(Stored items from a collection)
+--
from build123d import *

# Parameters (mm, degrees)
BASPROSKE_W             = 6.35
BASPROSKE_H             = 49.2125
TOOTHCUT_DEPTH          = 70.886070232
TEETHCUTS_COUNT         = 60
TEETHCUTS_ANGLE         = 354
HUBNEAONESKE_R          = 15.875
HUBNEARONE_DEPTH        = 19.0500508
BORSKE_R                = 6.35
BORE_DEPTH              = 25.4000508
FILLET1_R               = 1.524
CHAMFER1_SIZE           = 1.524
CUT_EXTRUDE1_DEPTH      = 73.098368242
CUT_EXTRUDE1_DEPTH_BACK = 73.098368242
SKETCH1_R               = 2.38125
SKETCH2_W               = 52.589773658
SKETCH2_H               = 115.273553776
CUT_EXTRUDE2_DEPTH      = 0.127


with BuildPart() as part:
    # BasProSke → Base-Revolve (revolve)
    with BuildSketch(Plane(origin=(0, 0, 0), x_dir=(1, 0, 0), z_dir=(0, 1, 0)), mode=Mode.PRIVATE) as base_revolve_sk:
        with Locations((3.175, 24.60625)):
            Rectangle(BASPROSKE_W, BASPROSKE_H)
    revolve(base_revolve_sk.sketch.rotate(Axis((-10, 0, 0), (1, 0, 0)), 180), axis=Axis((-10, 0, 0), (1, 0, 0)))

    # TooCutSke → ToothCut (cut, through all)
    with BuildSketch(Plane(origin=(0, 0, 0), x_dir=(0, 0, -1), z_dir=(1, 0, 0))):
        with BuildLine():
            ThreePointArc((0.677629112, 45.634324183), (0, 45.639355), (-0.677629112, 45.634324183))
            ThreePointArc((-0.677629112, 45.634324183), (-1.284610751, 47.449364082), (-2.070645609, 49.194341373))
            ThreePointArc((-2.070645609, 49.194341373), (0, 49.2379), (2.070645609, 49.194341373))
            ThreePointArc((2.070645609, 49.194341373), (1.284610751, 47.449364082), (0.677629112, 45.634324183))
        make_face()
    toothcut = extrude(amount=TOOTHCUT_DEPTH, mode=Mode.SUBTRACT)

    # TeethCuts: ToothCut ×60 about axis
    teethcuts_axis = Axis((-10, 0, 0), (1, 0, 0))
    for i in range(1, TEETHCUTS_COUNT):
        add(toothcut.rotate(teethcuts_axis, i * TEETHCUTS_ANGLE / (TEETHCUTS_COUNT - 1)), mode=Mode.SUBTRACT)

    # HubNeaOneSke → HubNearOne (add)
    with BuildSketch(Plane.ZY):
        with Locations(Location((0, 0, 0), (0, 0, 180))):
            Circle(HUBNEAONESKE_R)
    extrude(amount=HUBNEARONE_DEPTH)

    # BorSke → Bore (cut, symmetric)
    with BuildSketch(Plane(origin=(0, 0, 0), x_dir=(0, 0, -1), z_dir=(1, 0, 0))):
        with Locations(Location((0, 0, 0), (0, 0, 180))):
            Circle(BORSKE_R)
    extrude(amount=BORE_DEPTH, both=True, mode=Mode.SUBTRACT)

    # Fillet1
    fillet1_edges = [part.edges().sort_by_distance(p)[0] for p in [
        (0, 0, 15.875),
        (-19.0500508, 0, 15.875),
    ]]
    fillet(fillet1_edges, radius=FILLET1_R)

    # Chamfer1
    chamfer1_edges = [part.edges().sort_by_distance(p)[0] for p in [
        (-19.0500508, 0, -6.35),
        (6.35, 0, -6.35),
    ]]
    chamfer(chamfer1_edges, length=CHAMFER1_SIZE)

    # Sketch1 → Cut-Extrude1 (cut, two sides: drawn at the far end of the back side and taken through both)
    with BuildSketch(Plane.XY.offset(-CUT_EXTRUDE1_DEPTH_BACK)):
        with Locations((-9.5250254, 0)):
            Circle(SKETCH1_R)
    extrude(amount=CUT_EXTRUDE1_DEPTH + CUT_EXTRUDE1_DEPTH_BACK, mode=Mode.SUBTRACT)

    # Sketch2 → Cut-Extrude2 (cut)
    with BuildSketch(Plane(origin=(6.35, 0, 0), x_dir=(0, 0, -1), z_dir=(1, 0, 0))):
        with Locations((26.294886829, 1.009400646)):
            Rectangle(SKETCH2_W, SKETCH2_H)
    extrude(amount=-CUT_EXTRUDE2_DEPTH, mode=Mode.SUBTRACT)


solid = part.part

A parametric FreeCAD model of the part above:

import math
import FreeCAD as App
import Part
import Sketcher
from FreeCAD import Vector
Q = App.Units.Quantity


def edges_at(feature, points):
    """Names of the edges that pass closest to the given points."""
    edges = feature.Shape.Edges
    near = lambda p: min(range(len(edges)), key=lambda i: edges[i].distToShape(Part.Vertex(*p))[0])
    return sorted({f"Edge{near(p) + 1}" for p in points})


def add_polygon(sketch, points):
    """Adds a closed chain of lines whose ends are joined by coincident constraints."""
    first, n = sketch.GeometryCount, len(points)
    for a, b in zip(points, points[1:] + points[:1]):
        sketch.addGeometry(Part.LineSegment(App.Vector(*a, 0), App.Vector(*b, 0)), False)
    for i in range(n):
        sketch.addConstraint(Sketcher.Constraint("Coincident", first + i, 2, first + (i + 1) % n, 1))

doc = App.newDocument("Part")
body = doc.addObject("PartDesign::Body", "Body")

sketch1 = body.newObject("Sketcher::SketchObject", "Sketch")
sketch1.AttachmentSupport = (doc.getObject("XZ_Plane"), [""])
sketch1.MapMode = "FlatFace"
add_polygon(sketch1, [(0, -49), (0, 0), (6, 0), (6, -49)])
sketch1.addConstraint([
    Sketcher.Constraint("Vertical", 0),
    Sketcher.Constraint("Horizontal", 1),
    Sketcher.Constraint("Vertical", 2),
    Sketcher.Constraint("Horizontal", 3),
    Sketcher.Constraint("Coincident", 0, 2, -1, 1),
    Sketcher.Constraint("DistanceX", 1, 1, 1, 2, Q("0.25 in")),
    Sketcher.Constraint("DistanceY", 0, 1, 0, 2, Q("1.9375 in")),
])
revolution = body.newObject("PartDesign::Revolution", "Revolution")
revolution.Profile = sketch1
revolution.ReferenceAxis = (sketch1, ["H_Axis"])
revolution.Angle = 360

sketch2 = body.newObject("Sketcher::SketchObject", "Sketch001")
sketch2.AttachmentSupport = (doc.getObject("YZ_Plane"), [""])
sketch2.MapMode = "FlatFace"
sketch2.addGeometry([
    Part.ArcOfCircle(Part.Circle(Vector(0, 0, 0), Vector(0, 0, 1), 45.6), math.radians(-0.85), math.radians(0.85)),
    Part.ArcOfCircle(Part.Circle(Vector(40.5, -19, 0), Vector(0, 0, 1), 19), math.radians(62.87), math.radians(74.39)),
    Part.ArcOfCircle(Part.Circle(Vector(0, 0, 0), Vector(0, 0, 1), 49.2), math.radians(-2.41), math.radians(2.41)),
    Part.ArcOfCircle(Part.Circle(Vector(40.5, 19, 0), Vector(0, 0, 1), 19), math.radians(-74.39), math.radians(-62.87)),
], False)
sketch2.addConstraint([
    Sketcher.Constraint("Coincident", 0, 1, 1, 2),
    Sketcher.Constraint("Coincident", 1, 1, 2, 1),
    Sketcher.Constraint("Coincident", 2, 2, 3, 2),
    Sketcher.Constraint("Coincident", 3, 1, 0, 2),
    Sketcher.Constraint("Coincident", 0, 3, -1, 1),
    Sketcher.Constraint("Coincident", 2, 3, -1, 1),
    Sketcher.Constraint("Equal", 1, 3),
    Sketcher.Constraint("Symmetric", 1, 3, 3, 3, -1),
    Sketcher.Constraint("Radius", 1, Q("0.75 in")),
    Sketcher.Constraint("Radius", 2, Q("1.9385 in")),
    Sketcher.Constraint("Radius", 0, 45.639359),
    Sketcher.Constraint("DistanceX", 2, 3, 1, 3, 40.507702),
    Sketcher.Constraint("DistanceY", 0, 1, -1, 1, 0.677629),
])
pocket1 = body.newObject("PartDesign::Pocket", "Pocket")
pocket1.Profile = sketch2
pocket1.Type = "ThroughAll"
pocket1.Reversed = True
doc.recompute()

polarpattern = body.newObject("PartDesign::PolarPattern", "PolarPattern")
polarpattern.Originals = [pocket1]
polarpattern.Axis = (doc.getObject("X_Axis"), [""])
polarpattern.Angle = 360
polarpattern.Occurrences = 60
body.Tip = polarpattern

sketch3 = body.newObject("Sketcher::SketchObject", "Sketch002")
sketch3.AttachmentSupport = (doc.getObject("YZ_Plane"), [""])
sketch3.MapMode = "FlatFace"
sketch3.addGeometry(Part.Circle(Vector(0, 0, 0), Vector(0, 0, 1), 16), False)
sketch3.addConstraint([
    Sketcher.Constraint("Coincident", 0, 3, -1, 1),
    Sketcher.Constraint("Diameter", 0, Q("1.25 in")),
])
pad1 = body.newObject("PartDesign::Pad", "Pad")
pad1.Profile = sketch3
pad1.Length = 19.050051
pad1.Reversed = True

sketch4 = body.newObject("Sketcher::SketchObject", "Sketch003")
sketch4.AttachmentSupport = (doc.getObject("YZ_Plane"), [""])
sketch4.MapMode = "FlatFace"
sketch4.addGeometry(Part.Circle(Vector(0, 0, 0), Vector(0, 0, 1), 6), False)
sketch4.addConstraint([
    Sketcher.Constraint("Coincident", 0, 3, -1, 1),
    Sketcher.Constraint("Diameter", 0, Q("0.5 in")),
])
pocket2 = body.newObject("PartDesign::Pocket", "Pocket001")
pocket2.Profile = sketch4
pocket2.Length = 50.800102
pocket2.Midplane = True
doc.recompute()

fillet = body.newObject("PartDesign::Fillet", "Fillet")
fillet.Base = (pocket2, edges_at(pocket2, [(0, 0, 15.875), (-19.05, 0, 15.875)]))
fillet.Radius = Q("0.06 in")
doc.recompute()

chamfer = body.newObject("PartDesign::Chamfer", "Chamfer")
chamfer.Base = (fillet, edges_at(fillet, [(-19.05, 0, -6.35), (6.35, 0, -6.35)]))
chamfer.Size = Q("0.06 in")

sketch5 = body.newObject("Sketcher::SketchObject", "Sketch004")
sketch5.AttachmentSupport = (doc.getObject("XY_Plane"), [""])
sketch5.MapMode = "FlatFace"
sketch5.addGeometry(Part.Circle(Vector(-9.5, 0, 0), Vector(0, 0, 1), 2.4), False)
sketch5.addConstraint([
    Sketcher.Constraint("PointOnObject", 0, 3, -1),
    Sketcher.Constraint("Diameter", 0, Q("0.1875 in")),
    Sketcher.Constraint("DistanceX", 0, 3, -1, 1, 9.525025),
])
pocket3 = body.newObject("PartDesign::Pocket", "Pocket002")
pocket3.Profile = sketch5
pocket3.Type = "ThroughAll"
pocket3.Midplane = True

sketch6 = body.newObject("Sketcher::SketchObject", "Sketch005")
sketch6.AttachmentSupport = (doc.getObject("YZ_Plane"), [""])
sketch6.MapMode = "FlatFace"
sketch6.AttachmentOffset = App.Placement(Vector(0, 0, 0.25 * 25.4), App.Rotation())
add_polygon(sketch6, [(59, 0), (-57, 0), (-57, -53), (59, -53)])
sketch6.addConstraint([
    Sketcher.Constraint("Horizontal", 0),
    Sketcher.Constraint("Vertical", 1),
    Sketcher.Constraint("Horizontal", 2),
    Sketcher.Constraint("Vertical", 3),
    Sketcher.Constraint("PointOnObject", 0, 2, -1),
    Sketcher.Constraint("DistanceX", 0, 2, 0, 1, 115.273554),
    Sketcher.Constraint("DistanceY", 1, 2, 1, 1, 52.589774),
    Sketcher.Constraint("DistanceX", 0, 2, -1, 1, 56.627376),
])
pocket4 = body.newObject("PartDesign::Pocket", "Pocket003")
pocket4.Profile = sketch6
pocket4.Length = Q("0.005 in")

doc.recompute()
+--
# [WORK INSTRUCTION]
Please give an exact copy of the entries above, from the line with "# TooCutSke → ToothCut (cut, through all)" down to the line with "45.639355), (-0.677629112, 45.634324183))", inclusive, and nothing else.

# [SOLUTION]
    # TooCutSke → ToothCut (cut, through all)
    with BuildSketch(Plane(origin=(0, 0, 0), x_dir=(0, 0, -1), z_dir=(1, 0, 0))):
        with BuildLine():
            ThreePointArc((0.677629112, 45.634324183), (0, 45.639355), (-0.677629112, 45.634324183))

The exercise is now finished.